10.0Practice Questions on Partial Derivatives

1. Find $\frac{\partial f}{\partial x}\text{ and }\frac{\partial f}{\partial y}$ of function f(x, y) = 5x²y + 3xy² 
2. Find $\frac{{\partial }^{2}f}{\partial x^2},\frac{{\partial }^{2}f}{\partial y^2},\frac{{\partial }^{2}f}{\partial x\partial y}$ of function f(x, y) = x²y² + x²y² + e^xy 
3. Given the equation x²+ y² +z² = 1, Find $\frac{\partial z}{\partial x}\text{ and }\frac{\partial z}{\partial y}$
4. Given the function f(x, y) = x²y² + sin (xy) compute $\frac{{\partial }^2\mathrm{f}}{\partial \mathrm{x}\partial \mathrm{y}}\text{ and }\frac{{\partial }^2\mathrm{f}}{\partial \mathrm{y}\partial \mathrm{x}}$
5. If z (x + y) = x² + y². Show that ${\left(\frac{\partial \mathrm{z}}{\partial \mathrm{x}}-\frac{\partial \mathrm{z}}{\partial \mathrm{y}}\right)}^2=4\left(1-\frac{\partial \mathrm{z}}{\partial \mathrm{x}}-\frac{\partial \mathrm{z}}{\partial \mathrm{y}}\right)$.

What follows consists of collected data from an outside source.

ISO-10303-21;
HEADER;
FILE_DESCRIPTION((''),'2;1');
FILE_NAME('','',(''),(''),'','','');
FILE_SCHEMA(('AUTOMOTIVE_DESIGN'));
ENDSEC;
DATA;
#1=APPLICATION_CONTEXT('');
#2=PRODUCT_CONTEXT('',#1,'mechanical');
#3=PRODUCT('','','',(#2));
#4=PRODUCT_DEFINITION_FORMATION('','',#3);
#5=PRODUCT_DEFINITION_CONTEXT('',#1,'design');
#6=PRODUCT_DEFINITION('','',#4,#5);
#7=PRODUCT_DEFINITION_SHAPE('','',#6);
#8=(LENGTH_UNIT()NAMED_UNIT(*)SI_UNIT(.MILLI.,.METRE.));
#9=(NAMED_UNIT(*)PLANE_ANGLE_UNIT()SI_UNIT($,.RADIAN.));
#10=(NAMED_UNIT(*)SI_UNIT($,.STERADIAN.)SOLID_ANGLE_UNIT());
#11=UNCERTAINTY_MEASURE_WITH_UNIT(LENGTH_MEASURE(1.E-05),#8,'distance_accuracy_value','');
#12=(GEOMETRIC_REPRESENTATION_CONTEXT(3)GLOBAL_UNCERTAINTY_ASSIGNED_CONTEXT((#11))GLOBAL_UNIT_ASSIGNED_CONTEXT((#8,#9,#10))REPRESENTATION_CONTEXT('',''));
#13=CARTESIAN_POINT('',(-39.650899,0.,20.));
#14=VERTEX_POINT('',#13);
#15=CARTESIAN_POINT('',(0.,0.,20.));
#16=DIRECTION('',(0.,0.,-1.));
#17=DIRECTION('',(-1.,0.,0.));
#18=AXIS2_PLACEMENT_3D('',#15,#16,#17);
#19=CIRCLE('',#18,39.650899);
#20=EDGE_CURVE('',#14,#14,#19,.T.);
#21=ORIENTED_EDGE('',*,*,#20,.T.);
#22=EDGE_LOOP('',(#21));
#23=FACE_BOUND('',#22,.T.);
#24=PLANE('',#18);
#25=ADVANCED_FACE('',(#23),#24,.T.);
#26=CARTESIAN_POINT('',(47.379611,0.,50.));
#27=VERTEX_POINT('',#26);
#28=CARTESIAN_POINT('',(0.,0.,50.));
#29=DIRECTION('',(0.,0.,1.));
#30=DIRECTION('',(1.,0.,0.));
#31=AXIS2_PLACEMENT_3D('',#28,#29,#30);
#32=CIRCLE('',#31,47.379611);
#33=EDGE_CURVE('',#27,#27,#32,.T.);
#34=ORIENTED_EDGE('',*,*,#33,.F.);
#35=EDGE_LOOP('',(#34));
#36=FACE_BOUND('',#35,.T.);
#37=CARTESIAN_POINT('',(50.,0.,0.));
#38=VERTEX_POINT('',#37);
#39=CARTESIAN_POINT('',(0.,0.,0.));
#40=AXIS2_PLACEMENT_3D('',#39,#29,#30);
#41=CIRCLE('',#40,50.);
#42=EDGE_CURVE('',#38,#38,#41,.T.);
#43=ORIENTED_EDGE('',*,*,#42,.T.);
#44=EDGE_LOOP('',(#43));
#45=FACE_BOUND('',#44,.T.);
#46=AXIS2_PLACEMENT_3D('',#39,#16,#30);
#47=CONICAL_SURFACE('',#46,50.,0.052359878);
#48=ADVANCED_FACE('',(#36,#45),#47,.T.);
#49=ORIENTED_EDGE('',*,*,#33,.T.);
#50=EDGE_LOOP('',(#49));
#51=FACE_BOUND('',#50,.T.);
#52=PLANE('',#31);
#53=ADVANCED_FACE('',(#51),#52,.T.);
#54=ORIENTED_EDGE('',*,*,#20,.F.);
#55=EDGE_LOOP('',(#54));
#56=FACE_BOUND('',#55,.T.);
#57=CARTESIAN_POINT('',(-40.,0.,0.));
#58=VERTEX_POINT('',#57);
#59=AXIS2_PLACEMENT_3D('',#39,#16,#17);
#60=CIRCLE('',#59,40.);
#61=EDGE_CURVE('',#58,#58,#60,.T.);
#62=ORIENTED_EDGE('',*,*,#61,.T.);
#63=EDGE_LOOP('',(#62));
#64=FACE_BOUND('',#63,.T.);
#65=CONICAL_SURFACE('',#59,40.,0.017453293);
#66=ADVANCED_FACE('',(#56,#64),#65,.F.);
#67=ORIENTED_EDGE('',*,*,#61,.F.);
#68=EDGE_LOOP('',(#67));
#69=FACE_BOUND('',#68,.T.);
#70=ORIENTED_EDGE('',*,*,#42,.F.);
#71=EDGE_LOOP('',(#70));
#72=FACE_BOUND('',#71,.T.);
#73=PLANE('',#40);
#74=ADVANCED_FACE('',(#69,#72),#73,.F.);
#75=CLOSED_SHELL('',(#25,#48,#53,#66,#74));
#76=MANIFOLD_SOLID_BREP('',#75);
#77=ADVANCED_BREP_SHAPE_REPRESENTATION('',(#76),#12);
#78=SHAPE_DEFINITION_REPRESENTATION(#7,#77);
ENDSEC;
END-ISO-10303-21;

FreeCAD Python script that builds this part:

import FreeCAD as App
import Part
import Sketcher
Q = App.Units.Quantity


def faces_at(feature, points):
    """Names of the faces that lie closest to the given points."""
    faces = feature.Shape.Faces
    near = lambda p: min(range(len(faces)), key=lambda i: faces[i].distToShape(Part.Vertex(*p))[0])
    return sorted({f"Face{near(p) + 1}" for p in points})

doc = App.newDocument("Part")
body = doc.addObject("PartDesign::Body", "Body")

sketch1 = body.newObject("Sketcher::SketchObject", "Sketch")
sketch1.AttachmentSupport = (doc.getObject("XY_Plane"), [""])
sketch1.MapMode = "FlatFace"
sketch1.addGeometry(Part.Circle(App.Vector(0, 0, 0), App.Vector(0, 0, 1), 50), False)
sketch1.addConstraint([
    Sketcher.Constraint("Coincident", 0, 3, -1, 1),
    Sketcher.Constraint("Diameter", 0, Q("100 mm")),
])
pad1 = body.newObject("PartDesign::Pad", "Pad")
pad1.Profile = sketch1
pad1.Length = 50
pad1.TaperAngle = -3
body2 = doc.addObject("PartDesign::Body", "Body001")

sketch2 = body2.newObject("Sketcher::SketchObject", "Sketch001")
sketch2.AttachmentSupport = (doc.getObject("XY_Plane001"), [""])
sketch2.MapMode = "FlatFace"
sketch2.addGeometry(Part.Circle(App.Vector(0, 0, 0), App.Vector(0, 0, 1), 40), False)
sketch2.addConstraint([
    Sketcher.Constraint("Coincident", 0, 3, -1, 1),
    Sketcher.Constraint("Diameter", 0, Q("80 mm")),
])
pad2 = body2.newObject("PartDesign::Pad", "Pad001")
pad2.Profile = sketch2
pad2.Length = 20
doc.recompute()

draft = body2.newObject("PartDesign::Draft", "Draft")
draft.Base = (pad2, faces_at(pad2, [(40, 0, 10)]))
draft.NeutralPlane = (doc.getObject("XY_Plane001"), [""])
draft.Angle = 1
draft.Reversed = False
doc.recompute()

boolean = body.newObject("PartDesign::Boolean", "Boolean")
boolean.Type = "Cut"
boolean.addObjects([body2])

doc.recompute()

11.0Sample Questions on Partial Derivatives

Q. What are higher-order partial derivatives?

Ans: Higher-order partial derivatives refer to the derivatives of partial derivatives. For example, if f(x, y) is a function, the first-order partial derivatives are $\frac{\partial f}{\partial x}and\frac{\partial f}{\partial y}$ . The second-order partial derivatives include $\frac{{\partial }^{2}f}{\partial x^2},\frac{{\partial }^{2}f}{\partial y^2}$ , and mixed derivatives like $\frac{{\partial }^{2}f}{\partial x\partial y}$.

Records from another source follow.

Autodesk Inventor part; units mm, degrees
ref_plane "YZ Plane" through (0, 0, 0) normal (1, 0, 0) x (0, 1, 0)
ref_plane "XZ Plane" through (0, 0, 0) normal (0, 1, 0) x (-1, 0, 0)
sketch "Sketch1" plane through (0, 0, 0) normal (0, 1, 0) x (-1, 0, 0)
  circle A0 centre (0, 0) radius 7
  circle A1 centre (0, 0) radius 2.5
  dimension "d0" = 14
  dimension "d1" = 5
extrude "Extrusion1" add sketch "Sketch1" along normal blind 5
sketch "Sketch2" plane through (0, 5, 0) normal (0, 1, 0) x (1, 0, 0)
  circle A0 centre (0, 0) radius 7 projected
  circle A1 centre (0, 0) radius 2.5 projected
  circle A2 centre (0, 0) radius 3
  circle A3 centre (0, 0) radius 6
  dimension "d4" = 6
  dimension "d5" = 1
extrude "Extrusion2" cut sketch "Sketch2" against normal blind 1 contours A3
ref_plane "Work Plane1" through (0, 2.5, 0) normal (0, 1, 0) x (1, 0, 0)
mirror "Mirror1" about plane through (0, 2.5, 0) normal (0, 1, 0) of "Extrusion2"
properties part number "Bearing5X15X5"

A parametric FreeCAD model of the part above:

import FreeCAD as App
import Part
import Sketcher
from FreeCAD import Vector

doc = App.newDocument("Part")
body = doc.addObject("PartDesign::Body", "Body")

# Sketch on XZ plane
sketch1 = body.newObject("Sketcher::SketchObject", "Sketch")
sketch1.AttachmentSupport = (doc.getObject("XZ_Plane"), [""])
sketch1.MapMode = "FlatFace"
sketch1.addGeometry([
    Part.Circle(Vector(0, 0, 0), Vector(0, 0, 1), 7),
    Part.Circle(Vector(0, 0, 0), Vector(0, 0, 1), 2.5),
], False)
sketch1.addConstraint([
    Sketcher.Constraint("Coincident", 0, 3, -1, 1),
    Sketcher.Constraint("Coincident", 1, 3, -1, 1),
    Sketcher.Constraint("Diameter", 0, 14.0),
    Sketcher.Constraint("Diameter", 1, 5.0),
])
pad1 = body.newObject("PartDesign::Pad", "Pad")
pad1.Profile = sketch1
pad1.Length = 5
pad1.Reversed = True

# Sketch on XZ plane
sketch2 = body.newObject("Sketcher::SketchObject", "Sketch001")
sketch2.AttachmentSupport = (doc.getObject("XZ_Plane"), [""])
sketch2.MapMode = "FlatFace"
sketch2.AttachmentOffset = App.Placement(Vector(0, 0, -5), App.Rotation())
sketch2.addGeometry([
    Part.Circle(Vector(0, 0, 0), Vector(0, 0, 1), 6),
    Part.Circle(Vector(0, 0, 0), Vector(0, 0, 1), 3),
], False)
sketch2.addConstraint([
    Sketcher.Constraint("Coincident", 0, 3, -1, 1),
    Sketcher.Constraint("Coincident", 1, 3, -1, 1),
    Sketcher.Constraint("Diameter", 0, 12.0),
    Sketcher.Constraint("Diameter", 1, 6.0),
])
pocket1 = body.newObject("PartDesign::Pocket", "Pocket")
pocket1.Profile = sketch2
pocket1.Length = 1
pocket1.Reversed = True
doc.recompute()

datumplane = body.newObject("PartDesign::Plane", "DatumPlane")
datumplane.AttachmentSupport = (doc.getObject("XZ_Plane"), [""])
datumplane.MapMode = "FlatFace"
datumplane.AttachmentOffset = App.Placement(Vector(0, 0, -2.5), App.Rotation())
mirrored = body.newObject("PartDesign::Mirrored", "Mirrored")
mirrored.Originals = [pocket1]
mirrored.MirrorPlane = (datumplane, [""])
body.Tip = mirrored

doc.recompute()
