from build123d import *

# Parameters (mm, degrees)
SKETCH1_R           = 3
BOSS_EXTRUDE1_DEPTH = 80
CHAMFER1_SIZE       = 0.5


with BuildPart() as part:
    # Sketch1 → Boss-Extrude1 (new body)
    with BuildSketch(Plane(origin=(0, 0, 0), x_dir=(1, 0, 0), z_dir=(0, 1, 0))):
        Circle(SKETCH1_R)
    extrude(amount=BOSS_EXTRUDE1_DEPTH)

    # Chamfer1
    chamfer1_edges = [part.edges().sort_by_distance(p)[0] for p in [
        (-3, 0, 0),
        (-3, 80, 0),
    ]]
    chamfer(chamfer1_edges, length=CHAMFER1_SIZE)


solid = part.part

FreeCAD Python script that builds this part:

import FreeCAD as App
import Part
import Sketcher


def edges_at(feature, points):
    """Names of the edges that pass closest to the given points."""
    edges = feature.Shape.Edges
    near = lambda p: min(range(len(edges)), key=lambda i: edges[i].distToShape(Part.Vertex(*p))[0])
    return sorted({f"Edge{near(p) + 1}" for p in points})

doc = App.newDocument("Part")
body = doc.addObject("PartDesign::Body", "Body")

# Sketch on XZ plane
sketch1 = body.newObject("Sketcher::SketchObject", "Sketch")
sketch1.AttachmentSupport = (doc.getObject("XZ_Plane"), [""])
sketch1.MapMode = "FlatFace"
sketch1.addGeometry(Part.Circle(App.Vector(0, 0, 0), App.Vector(0, 0, 1), 3), False)
sketch1.addConstraint(Sketcher.Constraint("Coincident", 0, 3, -1, 1))
sketch1.addConstraint(Sketcher.Constraint("Diameter", 0, 6.0))
pad1 = body.newObject("PartDesign::Pad", "Pad")
pad1.Profile = sketch1
pad1.Length = 80
pad1.Reversed = True
doc.recompute()

chamfer = body.newObject("PartDesign::Chamfer", "Chamfer")
chamfer.Base = (pad1, edges_at(pad1, [(-3, 0, 0), (-3, 80, 0)]))
chamfer.Size = 0.5

doc.recompute()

Q. What are mixed partial derivatives?

Ans: Mixed partial derivatives are second or higher-order derivatives where differentiation is performed with respect to different variables. For instance, for a function f(x, y), $\frac{{\partial }^{2}f}{\partial x\partial y}$ is a mixed partial derivative. If f(x, y) is sufficiently smooth, then $\frac{{\partial }^{2}f}{\partial x\partial y}=\frac{{\partial }^{2}f}{\partial y\partial x}$.